Bon sinon, on s'écarte sérieusement du sujet !
Bref, que pensez vous de l'écriture automatique, du moins au sens académique du terme, pour le moment ?
24 avril 04 01h24
isis
Je me suis longtemps interressée à la peinture surréaliste...Dali...mon poète...
Mais l'écriture automatique, dans ce cas de figure, reste un domaine inexploré et plein d'interrogations pour moi...
Donc je laisserai les autres s'exprimer sur le sujet, pour le moment tout du moins.
24 avril 04 01h28
Zarno
Il y a aussi l'écriture automatique moins académique (ce qui d'ailleurs est un comble : codifier, réglementer et délimiter ce qui doit avant tout être la liberté de l'inconscient).

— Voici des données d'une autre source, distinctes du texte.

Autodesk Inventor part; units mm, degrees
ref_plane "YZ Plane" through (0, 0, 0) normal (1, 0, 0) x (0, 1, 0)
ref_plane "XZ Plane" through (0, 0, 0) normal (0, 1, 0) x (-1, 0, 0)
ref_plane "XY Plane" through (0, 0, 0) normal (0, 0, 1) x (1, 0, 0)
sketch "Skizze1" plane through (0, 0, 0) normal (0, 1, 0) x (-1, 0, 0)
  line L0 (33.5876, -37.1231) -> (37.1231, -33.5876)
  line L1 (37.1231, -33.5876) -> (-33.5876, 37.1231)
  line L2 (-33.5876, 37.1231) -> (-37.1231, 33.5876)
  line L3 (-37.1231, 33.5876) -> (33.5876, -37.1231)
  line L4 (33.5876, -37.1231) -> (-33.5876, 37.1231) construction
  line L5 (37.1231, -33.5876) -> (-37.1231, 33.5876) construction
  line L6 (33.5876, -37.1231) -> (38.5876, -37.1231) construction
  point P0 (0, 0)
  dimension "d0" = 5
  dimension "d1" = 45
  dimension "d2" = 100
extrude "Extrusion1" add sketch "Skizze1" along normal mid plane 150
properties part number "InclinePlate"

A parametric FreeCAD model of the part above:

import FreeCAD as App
import Part
import Sketcher
Q = App.Units.Quantity


def add_polygon(sketch, points):
    """Adds a closed chain of lines whose ends are joined by coincident constraints."""
    first, n = sketch.GeometryCount, len(points)
    for a, b in zip(points, points[1:] + points[:1]):
        sketch.addGeometry(Part.LineSegment(App.Vector(*a, 0), App.Vector(*b, 0)), False)
    for i in range(n):
        sketch.addConstraint(Sketcher.Constraint("Coincident", first + i, 2, first + (i + 1) % n, 1))

doc = App.newDocument("Part")
body = doc.addObject("PartDesign::Body", "Body")

sketch1 = doc.addObject("Sketcher::SketchObject", "Sketch")
body.addObject(sketch1)
sketch1.AttachmentSupport = (doc.XZ_Plane, [""])
sketch1.MapMode = "FlatFace"
add_polygon(sketch1, [(37.1231, 33.5876), (-33.5876, -37.1231), (-37.1231, -33.5876), (33.5876, 37.1231)])
sketch1.addConstraint([
    Sketcher.Constraint("Symmetric", 0, 2, 2, 2, -1, 1),
    Sketcher.Constraint("Symmetric", 1, 2, 3, 2, -1, 1),
    Sketcher.Constraint("Perpendicular", 0, 1),
    Sketcher.Constraint("Angle", 2, Q("45 deg")),
    Sketcher.Constraint("Distance", 0, Q("100 mm")),
    Sketcher.Constraint("Distance", 1, Q("5 mm")),
])
pad1 = doc.addObject("PartDesign::Pad", "Pad")
body.addObject(pad1)
pad1.Profile = sketch1
pad1.Length = 150
pad1.Midplane = True

doc.recompute()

Il y a notamment celle utilisée dans les millieux spirits, où des médiums se laissent guider par les âmes des défunts, où ils ne sont que le support d'une entité spirituelle autre (enfin ça, ça reste à vérifier).
Et puis il y a tout simplement le choix de fermer les yeux et de laisser glisser sa plume au fur et à mesure que les pensées viennent, qu'elles soient cohérentes ou non.
24 avril 04 01h35
isis
En fermant les yeux.....mmmmmmmmmmmmm.....et on finit..........en écrivant sur la table... LOL
24 avril 04 01h39
Zarno
LOL !
Avec un peu d'entraînement, on peut le faire au clavier de l'ordi.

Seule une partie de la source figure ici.